We have an enterprise customer running a three-node XtraDB Cluster 5.6.34 installation which has now been in service for several months. We have recently run into a bug with a simple update.
The customer’s DB includes a table ‘user’ which has around 120 columns. The primary key is an auto_increment INT(11) field. There are no foreign keys, and no foreign key constraints against the table. The table contains a column ‘google_admin’ VARCHAR(50) NOT NULL. Executing the following command, whether the key is found or not, causes a certification failure, reported by the MySQL client as a deadlock but InnoDB reports no deadlocks:
mysql> update user set google_admin=‘’ where google_admin=‘example@host.org’;
ERROR 1213 (40001): Deadlock found when trying to get lock; try restarting transaction
After some experiment and testing, we determined that if we bring the cluster down to a single node and execute this transaction, it succeeds (if the key is found) or fails (if it is not found) without error:
mysql> update user set google_admin=‘’ where google_admin=‘example@host.org’;Query OK, 1 row affected (4.08 sec)
Rows matched: 1 Changed: 1 Warnings: 0
mysql> update user set google_admin=‘’ where google_admin=‘example@host.org’;Query OK, 0 rows affected (3.04 sec)

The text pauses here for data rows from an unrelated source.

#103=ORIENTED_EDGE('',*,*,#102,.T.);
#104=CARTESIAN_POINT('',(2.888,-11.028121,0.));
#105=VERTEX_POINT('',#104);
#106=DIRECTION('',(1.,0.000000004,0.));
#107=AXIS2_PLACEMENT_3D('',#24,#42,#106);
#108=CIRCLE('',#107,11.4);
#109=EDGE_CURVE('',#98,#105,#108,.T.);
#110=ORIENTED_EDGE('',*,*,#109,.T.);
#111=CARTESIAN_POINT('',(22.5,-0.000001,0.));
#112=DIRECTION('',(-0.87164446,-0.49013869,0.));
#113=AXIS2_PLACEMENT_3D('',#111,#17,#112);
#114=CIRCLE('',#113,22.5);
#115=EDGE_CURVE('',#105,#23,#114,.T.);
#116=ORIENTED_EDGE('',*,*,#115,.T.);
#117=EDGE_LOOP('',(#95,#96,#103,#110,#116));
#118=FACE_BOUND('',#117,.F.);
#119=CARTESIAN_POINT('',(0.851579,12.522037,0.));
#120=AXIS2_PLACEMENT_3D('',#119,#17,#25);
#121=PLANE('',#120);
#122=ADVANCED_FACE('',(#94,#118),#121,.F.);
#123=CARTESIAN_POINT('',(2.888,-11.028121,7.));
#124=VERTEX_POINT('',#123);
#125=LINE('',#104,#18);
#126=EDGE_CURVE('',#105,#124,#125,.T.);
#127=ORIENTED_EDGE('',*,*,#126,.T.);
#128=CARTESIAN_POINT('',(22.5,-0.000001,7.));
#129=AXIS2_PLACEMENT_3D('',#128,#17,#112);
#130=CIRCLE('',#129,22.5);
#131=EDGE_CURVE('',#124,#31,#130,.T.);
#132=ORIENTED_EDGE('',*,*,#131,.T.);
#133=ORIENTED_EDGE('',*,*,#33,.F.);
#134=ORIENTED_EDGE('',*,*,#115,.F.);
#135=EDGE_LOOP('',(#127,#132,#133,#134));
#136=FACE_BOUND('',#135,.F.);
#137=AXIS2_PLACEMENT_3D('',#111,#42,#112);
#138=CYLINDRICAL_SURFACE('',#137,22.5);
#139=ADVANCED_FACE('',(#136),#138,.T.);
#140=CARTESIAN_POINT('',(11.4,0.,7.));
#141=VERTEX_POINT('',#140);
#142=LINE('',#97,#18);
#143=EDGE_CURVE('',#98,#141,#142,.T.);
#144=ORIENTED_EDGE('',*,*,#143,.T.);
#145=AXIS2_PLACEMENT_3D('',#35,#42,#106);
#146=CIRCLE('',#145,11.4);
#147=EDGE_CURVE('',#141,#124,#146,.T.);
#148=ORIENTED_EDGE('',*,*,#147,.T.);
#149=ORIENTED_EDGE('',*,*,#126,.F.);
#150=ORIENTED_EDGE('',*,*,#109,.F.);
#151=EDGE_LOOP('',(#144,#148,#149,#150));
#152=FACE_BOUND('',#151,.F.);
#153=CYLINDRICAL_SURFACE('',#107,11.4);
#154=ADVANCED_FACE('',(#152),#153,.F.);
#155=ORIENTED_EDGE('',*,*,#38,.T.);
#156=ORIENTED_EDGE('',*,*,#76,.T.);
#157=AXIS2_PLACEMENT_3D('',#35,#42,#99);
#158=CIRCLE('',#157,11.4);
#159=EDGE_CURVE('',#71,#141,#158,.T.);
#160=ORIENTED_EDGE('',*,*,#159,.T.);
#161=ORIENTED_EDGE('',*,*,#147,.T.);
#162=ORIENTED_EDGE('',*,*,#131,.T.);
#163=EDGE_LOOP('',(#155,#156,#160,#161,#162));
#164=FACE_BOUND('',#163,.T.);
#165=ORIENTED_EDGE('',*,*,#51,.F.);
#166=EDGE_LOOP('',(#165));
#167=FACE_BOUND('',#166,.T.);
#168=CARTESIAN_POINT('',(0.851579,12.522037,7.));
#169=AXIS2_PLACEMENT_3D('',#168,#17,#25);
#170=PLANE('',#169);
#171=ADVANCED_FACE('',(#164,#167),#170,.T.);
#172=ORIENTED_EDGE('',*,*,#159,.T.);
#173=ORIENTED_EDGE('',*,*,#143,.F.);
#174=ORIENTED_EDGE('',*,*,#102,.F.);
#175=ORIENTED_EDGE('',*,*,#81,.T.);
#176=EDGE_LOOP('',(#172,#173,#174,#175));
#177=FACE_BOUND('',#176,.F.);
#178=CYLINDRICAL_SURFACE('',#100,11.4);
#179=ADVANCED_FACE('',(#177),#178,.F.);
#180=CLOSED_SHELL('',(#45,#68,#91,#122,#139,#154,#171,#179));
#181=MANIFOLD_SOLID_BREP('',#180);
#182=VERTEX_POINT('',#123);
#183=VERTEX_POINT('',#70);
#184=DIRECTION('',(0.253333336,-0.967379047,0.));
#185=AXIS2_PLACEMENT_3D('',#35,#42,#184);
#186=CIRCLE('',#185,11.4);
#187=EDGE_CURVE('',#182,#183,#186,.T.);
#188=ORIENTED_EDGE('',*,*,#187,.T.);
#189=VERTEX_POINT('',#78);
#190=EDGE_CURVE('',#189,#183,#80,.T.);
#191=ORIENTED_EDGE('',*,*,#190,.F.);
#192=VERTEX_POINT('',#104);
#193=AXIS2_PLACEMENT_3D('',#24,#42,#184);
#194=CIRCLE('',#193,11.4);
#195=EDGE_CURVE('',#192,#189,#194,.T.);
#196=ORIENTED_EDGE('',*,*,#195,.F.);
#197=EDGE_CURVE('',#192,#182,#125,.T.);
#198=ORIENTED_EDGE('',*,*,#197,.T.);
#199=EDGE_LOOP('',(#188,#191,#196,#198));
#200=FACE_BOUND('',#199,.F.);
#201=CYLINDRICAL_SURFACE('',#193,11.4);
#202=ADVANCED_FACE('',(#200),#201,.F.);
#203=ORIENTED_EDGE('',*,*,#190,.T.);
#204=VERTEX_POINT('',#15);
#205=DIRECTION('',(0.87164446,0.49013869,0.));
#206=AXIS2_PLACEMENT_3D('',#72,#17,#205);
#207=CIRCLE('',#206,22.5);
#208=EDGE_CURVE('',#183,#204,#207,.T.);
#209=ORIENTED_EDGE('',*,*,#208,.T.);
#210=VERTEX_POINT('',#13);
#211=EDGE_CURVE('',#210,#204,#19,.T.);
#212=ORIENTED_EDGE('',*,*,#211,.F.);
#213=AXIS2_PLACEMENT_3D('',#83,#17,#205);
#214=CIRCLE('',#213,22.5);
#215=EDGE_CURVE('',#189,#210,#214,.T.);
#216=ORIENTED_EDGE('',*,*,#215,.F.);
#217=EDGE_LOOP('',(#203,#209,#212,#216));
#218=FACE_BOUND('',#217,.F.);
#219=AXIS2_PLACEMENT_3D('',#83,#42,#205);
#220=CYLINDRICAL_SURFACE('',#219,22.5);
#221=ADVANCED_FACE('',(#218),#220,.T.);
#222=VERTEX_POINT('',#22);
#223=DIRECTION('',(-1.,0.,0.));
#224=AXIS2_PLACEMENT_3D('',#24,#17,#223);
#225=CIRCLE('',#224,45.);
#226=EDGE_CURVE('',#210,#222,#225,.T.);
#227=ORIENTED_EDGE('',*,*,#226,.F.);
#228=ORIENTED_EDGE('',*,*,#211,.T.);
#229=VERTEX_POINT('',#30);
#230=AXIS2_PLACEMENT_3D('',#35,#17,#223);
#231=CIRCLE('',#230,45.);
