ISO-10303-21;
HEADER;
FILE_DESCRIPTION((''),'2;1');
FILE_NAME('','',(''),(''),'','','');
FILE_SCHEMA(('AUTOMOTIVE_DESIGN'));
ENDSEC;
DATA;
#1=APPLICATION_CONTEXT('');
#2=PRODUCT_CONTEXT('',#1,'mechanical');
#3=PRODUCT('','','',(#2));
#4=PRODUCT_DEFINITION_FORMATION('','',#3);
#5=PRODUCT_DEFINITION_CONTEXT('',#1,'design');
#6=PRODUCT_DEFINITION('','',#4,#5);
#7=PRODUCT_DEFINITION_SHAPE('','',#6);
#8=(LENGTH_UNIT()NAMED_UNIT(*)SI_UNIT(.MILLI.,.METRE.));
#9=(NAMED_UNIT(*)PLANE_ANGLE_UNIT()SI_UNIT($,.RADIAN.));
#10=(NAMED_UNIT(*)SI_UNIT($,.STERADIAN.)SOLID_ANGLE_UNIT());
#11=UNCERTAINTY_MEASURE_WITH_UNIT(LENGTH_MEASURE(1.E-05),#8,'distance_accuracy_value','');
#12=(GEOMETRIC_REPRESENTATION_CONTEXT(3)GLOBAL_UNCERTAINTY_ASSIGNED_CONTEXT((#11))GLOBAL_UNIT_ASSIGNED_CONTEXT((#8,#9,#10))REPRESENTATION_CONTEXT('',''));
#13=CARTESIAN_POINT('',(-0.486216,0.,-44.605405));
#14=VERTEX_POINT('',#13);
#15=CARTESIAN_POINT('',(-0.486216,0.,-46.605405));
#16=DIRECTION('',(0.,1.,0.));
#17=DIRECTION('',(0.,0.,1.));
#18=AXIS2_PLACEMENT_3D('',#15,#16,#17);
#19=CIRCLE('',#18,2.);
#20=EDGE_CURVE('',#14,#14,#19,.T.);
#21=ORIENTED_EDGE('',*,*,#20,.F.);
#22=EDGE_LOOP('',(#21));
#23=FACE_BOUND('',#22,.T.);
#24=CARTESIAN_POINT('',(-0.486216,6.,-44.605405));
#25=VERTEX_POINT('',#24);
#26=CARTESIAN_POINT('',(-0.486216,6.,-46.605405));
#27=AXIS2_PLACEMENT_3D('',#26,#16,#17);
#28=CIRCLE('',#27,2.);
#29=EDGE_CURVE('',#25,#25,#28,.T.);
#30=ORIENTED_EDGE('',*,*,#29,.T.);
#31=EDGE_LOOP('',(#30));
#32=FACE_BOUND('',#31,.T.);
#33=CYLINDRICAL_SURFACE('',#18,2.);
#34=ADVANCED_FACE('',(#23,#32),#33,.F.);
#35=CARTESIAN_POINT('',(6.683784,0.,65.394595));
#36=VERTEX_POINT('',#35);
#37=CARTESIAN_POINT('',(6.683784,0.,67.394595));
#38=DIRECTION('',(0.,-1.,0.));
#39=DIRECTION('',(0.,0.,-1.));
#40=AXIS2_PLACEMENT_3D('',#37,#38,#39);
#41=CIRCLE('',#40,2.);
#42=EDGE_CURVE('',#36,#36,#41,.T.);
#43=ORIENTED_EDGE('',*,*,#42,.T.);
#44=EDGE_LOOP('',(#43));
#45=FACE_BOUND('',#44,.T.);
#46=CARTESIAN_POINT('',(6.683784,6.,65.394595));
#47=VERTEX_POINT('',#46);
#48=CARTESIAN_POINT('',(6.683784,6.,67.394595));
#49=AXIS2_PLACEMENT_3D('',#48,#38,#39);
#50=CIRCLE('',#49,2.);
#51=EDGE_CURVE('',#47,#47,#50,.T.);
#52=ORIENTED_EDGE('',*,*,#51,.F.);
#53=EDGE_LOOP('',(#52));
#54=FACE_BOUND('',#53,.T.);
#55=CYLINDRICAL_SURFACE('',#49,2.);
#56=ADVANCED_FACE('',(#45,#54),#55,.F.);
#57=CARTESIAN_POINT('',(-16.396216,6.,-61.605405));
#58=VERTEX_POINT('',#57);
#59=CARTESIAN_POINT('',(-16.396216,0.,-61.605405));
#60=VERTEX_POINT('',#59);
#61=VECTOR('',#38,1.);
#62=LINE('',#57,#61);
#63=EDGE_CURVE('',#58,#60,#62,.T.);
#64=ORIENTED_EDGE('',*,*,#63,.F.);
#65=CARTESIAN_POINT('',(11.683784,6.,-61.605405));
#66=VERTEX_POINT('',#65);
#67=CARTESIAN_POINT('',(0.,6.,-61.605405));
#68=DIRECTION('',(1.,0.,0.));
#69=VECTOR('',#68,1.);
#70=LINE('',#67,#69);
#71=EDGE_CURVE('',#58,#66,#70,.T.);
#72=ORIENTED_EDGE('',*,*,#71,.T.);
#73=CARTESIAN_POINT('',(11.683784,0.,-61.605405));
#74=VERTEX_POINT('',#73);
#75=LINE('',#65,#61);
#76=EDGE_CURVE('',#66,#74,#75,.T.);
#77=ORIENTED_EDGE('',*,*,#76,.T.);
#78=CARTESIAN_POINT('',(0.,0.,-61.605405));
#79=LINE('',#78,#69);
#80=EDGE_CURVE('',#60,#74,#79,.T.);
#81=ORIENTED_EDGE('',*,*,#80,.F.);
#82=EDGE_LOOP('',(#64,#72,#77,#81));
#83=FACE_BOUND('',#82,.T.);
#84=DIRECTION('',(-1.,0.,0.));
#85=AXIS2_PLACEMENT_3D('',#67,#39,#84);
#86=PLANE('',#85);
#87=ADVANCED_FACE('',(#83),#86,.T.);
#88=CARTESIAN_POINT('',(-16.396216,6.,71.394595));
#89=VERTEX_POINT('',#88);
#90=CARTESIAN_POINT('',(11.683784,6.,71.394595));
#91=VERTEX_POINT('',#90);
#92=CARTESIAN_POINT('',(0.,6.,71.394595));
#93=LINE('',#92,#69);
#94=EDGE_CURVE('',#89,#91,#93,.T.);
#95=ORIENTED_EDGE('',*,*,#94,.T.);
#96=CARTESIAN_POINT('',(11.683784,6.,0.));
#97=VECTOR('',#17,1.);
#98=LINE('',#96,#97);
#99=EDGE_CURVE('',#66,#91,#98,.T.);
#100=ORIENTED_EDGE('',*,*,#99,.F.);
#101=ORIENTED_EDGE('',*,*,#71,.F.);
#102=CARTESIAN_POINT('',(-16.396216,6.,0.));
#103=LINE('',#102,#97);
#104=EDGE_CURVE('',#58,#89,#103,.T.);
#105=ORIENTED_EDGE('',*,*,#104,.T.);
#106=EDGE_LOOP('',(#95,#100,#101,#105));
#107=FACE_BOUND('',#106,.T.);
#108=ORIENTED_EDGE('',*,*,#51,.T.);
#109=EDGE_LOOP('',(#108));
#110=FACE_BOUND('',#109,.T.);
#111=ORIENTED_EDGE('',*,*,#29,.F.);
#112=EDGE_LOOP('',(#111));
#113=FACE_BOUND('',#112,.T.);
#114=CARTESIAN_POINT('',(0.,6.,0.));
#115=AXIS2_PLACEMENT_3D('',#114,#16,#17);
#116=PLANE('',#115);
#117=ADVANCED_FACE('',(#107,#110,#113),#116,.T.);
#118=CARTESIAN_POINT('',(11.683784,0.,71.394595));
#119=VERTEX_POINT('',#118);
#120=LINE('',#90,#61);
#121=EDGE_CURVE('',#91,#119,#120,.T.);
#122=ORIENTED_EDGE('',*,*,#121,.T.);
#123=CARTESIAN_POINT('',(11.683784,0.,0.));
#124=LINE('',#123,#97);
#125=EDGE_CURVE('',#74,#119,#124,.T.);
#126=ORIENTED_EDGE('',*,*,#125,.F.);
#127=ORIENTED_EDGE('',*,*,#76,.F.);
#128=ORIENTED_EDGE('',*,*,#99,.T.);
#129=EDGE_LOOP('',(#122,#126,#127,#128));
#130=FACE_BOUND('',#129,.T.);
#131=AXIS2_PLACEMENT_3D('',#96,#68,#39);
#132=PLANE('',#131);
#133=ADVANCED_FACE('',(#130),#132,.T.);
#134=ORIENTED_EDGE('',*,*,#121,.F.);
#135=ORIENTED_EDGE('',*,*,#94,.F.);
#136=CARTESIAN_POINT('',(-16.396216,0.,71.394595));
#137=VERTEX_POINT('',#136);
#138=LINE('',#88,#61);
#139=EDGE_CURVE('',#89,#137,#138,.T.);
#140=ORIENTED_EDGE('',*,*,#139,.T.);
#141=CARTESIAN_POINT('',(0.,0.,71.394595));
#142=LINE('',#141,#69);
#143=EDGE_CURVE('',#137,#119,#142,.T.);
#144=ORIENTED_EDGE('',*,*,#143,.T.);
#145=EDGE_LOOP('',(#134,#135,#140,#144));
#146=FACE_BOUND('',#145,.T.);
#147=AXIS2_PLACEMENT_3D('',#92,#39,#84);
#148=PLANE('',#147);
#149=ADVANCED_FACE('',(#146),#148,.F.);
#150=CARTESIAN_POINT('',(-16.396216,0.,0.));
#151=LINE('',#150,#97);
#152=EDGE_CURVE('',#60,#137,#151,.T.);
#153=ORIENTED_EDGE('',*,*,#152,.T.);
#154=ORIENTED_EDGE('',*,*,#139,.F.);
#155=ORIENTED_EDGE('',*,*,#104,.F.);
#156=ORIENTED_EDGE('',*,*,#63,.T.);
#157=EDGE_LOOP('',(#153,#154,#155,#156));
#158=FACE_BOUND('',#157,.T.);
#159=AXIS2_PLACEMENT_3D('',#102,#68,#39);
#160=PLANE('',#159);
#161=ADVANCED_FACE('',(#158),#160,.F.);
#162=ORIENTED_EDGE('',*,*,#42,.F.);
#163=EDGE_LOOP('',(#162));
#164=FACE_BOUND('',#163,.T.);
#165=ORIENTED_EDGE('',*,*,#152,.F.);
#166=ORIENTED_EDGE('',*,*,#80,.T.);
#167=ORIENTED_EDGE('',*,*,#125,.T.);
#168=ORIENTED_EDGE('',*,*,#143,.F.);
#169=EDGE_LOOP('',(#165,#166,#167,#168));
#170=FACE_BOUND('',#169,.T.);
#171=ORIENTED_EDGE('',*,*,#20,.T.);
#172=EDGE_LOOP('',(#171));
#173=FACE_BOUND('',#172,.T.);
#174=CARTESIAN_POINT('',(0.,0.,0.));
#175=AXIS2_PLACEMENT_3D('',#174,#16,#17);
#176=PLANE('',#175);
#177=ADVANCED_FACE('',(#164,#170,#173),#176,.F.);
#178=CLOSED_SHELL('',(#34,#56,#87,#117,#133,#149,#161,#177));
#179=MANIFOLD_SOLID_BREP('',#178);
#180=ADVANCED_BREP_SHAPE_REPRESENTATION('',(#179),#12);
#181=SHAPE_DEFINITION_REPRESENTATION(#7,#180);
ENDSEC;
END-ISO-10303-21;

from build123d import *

# Parameters (mm, degrees)
SKETCH1_W           = 28.08
SKETCH1_H           = 133
BOSS_EXTRUDE1_DEPTH = 6
SKETCH2_R           = 2
CUT_EXTRUDE1_DEPTH  = 74.498462865
SKETCH3_R           = 2
CUT_EXTRUDE2_DEPTH  = 74.498462865


with BuildPart() as part:
    # Sketch1 → Boss-Extrude1 (new body)
    with BuildSketch(Plane(origin=(0, 0, 0), x_dir=(1, 0, 0), z_dir=(0, 1, 0))):
        with Locations((-2.356216216, -4.894594595)):
            Rectangle(SKETCH1_W, SKETCH1_H)
    extrude(amount=BOSS_EXTRUDE1_DEPTH)

    # Sketch2 → Cut-Extrude1 (cut, through all)
    with BuildSketch(Plane(origin=(0, 6, 0), x_dir=(1, 0, 0), z_dir=(0, 1, 0))):
        with Locations(Location((-0.486216216, 46.605405405, 0), (0, 0, 270))):
            Circle(SKETCH2_R)
    extrude(amount=-CUT_EXTRUDE1_DEPTH, mode=Mode.SUBTRACT)

    # Sketch3 → Cut-Extrude2 (cut, through all)
    with BuildSketch(Plane.XZ):
        with Locations(Location((6.683783784, 67.394594595, 0), (0, 0, 270))):
            Circle(SKETCH3_R)
    extrude(amount=-CUT_EXTRUDE2_DEPTH, mode=Mode.SUBTRACT)


solid = part.part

Rows matched: 0 Changed: 0 Warnings: 0
As soon as we rejoin a second node to the cluster, this exact transaction against this exact table begins failing certification again. Again, the certification failure occurs regardless of whether or not any table rows are even matched (let alone changed).
Is anyone able to explain this behavior? We do have a workaround, but it is cumbersome, involving a BEGIN TRANSACTION; SELECT … FOR UPDATE; UPDATE … ; COMMIT sequence. However, the very fact that this cumbersome workaround does work seems to suggest that there is not in fact any certification conflict preventing the update. The certification failure is a false alarm.
What we would of course like to determine is why this is happening, and what we can do to prevent it.
Further information:
In the course of attempting to troubleshoot this problem, we attempted to clone the table. This, too, failed certification:
mysql> create table user2 like user;
Query OK, 0 rows affected (0.07 sec)
mysql> insert into user2 select * from user;
ERROR 1213 (40001): Deadlock found when trying to get lock; try restarting transaction
I suspect, but have not yet verified, that somehow the three copies of the table on the three nodes have discrepancies in their actual contents. I have no theory as to how this may have happened.